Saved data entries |

####################

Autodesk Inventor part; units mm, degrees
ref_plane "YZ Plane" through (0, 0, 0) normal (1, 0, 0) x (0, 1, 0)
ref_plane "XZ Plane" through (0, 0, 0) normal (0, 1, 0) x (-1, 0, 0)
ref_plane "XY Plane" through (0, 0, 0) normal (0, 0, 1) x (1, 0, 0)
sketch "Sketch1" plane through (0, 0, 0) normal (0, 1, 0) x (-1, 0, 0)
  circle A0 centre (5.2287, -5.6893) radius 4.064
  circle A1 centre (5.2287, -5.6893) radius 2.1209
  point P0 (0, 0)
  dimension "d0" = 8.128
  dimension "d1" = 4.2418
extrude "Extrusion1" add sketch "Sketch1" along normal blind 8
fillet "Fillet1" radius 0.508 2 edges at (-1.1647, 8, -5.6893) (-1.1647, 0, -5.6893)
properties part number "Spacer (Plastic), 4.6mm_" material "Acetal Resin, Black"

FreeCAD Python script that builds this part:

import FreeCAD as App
import Part
import Sketcher
from FreeCAD import Vector
Q = App.Units.Quantity


def edges_at(feature, points):
    """Names of the edges that pass closest to the given points."""
    edges = feature.Shape.Edges
    near = lambda p: min(range(len(edges)), key=lambda i: edges[i].distToShape(Part.Vertex(*p))[0])
    return sorted({f"Edge{near(p) + 1}" for p in points})

doc = App.newDocument("Part")
body = doc.addObject("PartDesign::Body", "Body")

# Sketch on XZ plane
sketch1 = body.newObject("Sketcher::SketchObject", "Sketch")
sketch1.AttachmentSupport = (doc.getObject("XZ_Plane"), [""])
sketch1.MapMode = "FlatFace"
sketch1.addGeometry([
    Part.Circle(Vector(-5.2, -5.7, 0), Vector(0, 0, 1), 4.1),
    Part.Circle(Vector(-5.2, -5.7, 0), Vector(0, 0, 1), 2.1),
], False)
sketch1.addConstraint([
    Sketcher.Constraint("Coincident", 1, 3, 0, 3),
    Sketcher.Constraint("Diameter", 0, Q("0.32 in")),
    Sketcher.Constraint("Diameter", 1, Q("0.167 in")),
    Sketcher.Constraint("DistanceY", 0, 3, -1, 1, Q("0.224 in")),
    Sketcher.Constraint("DistanceX", 0, 3, -1, 1, Q("5.2287 mm")),
])
pad1 = body.newObject("PartDesign::Pad", "Pad")
pad1.Profile = sketch1
pad1.Length = 8
pad1.Reversed = True
doc.recompute()

fillet = body.newObject("PartDesign::Fillet", "Fillet")
fillet.Base = (pad1, edges_at(pad1, [(-1.165, 8, -5.689), (-1.165, 0, -5.689)]))
fillet.Radius = Q("0.02 in")

doc.recompute()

####################

WHAT TO PRODUCE | Only the stretch of lines that begins with the one holding "1) x (1, 0, 0)" and ends with the last line above belongs in the answer; please write it out exactly.

EXERCISE RESULT |
ref_plane "XY Plane" through (0, 0, 0) normal (0, 0, 1) x (1, 0, 0)
sketch "Sketch1" plane through (0, 0, 0) normal (0, 1, 0) x (-1, 0, 0)
  circle A0 centre (5.2287, -5.6893) radius 4.064
  circle A1 centre (5.2287, -5.6893) radius 2.1209
  point P0 (0, 0)
  dimension "d0" = 8.128
  dimension "d1" = 4.2418
extrude "Extrusion1" add sketch "Sketch1" along normal blind 8
fillet "Fillet1" radius 0.508 2 edges at (-1.1647, 8, -5.6893) (-1.1647, 0, -5.6893)
properties part number "Spacer (Plastic), 4.6mm_" material "Acetal Resin, Black"

FreeCAD Python script that builds this part:

import FreeCAD as App
import Part
import Sketcher
from FreeCAD import Vector
Q = App.Units.Quantity


def edges_at(feature, points):
    """Names of the edges that pass closest to the given points."""
    edges = feature.Shape.Edges
    near = lambda p: min(range(len(edges)), key=lambda i: edges[i].distToShape(Part.Vertex(*p))[0])
    return sorted({f"Edge{near(p) + 1}" for p in points})

doc = App.newDocument("Part")
body = doc.addObject("PartDesign::Body", "Body")

# Sketch on XZ plane
sketch1 = body.newObject("Sketcher::SketchObject", "Sketch")
sketch1.AttachmentSupport = (doc.getObject("XZ_Plane"), [""])
sketch1.MapMode = "FlatFace"
sketch1.addGeometry([
    Part.Circle(Vector(-5.2, -5.7, 0), Vector(0, 0, 1), 4.1),
    Part.Circle(Vector(-5.2, -5.7, 0), Vector(0, 0, 1), 2.1),
], False)
sketch1.addConstraint([
    Sketcher.Constraint("Coincident", 1, 3, 0, 3),
    Sketcher.Constraint("Diameter", 0, Q("0.32 in")),
    Sketcher.Constraint("Diameter", 1, Q("0.167 in")),
    Sketcher.Constraint("DistanceY", 0, 3, -1, 1, Q("0.224 in")),
    Sketcher.Constraint("DistanceX", 0, 3, -1, 1, Q("5.2287 mm")),
])
pad1 = body.newObject("PartDesign::Pad", "Pad")
pad1.Profile = sketch1
pad1.Length = 8
pad1.Reversed = True
doc.recompute()

fillet = body.newObject("PartDesign::Fillet", "Fillet")
fillet.Base = (pad1, edges_at(pad1, [(-1.165, 8, -5.689), (-1.165, 0, -5.689)]))
fillet.Radius = Q("0.02 in")

doc.recompute()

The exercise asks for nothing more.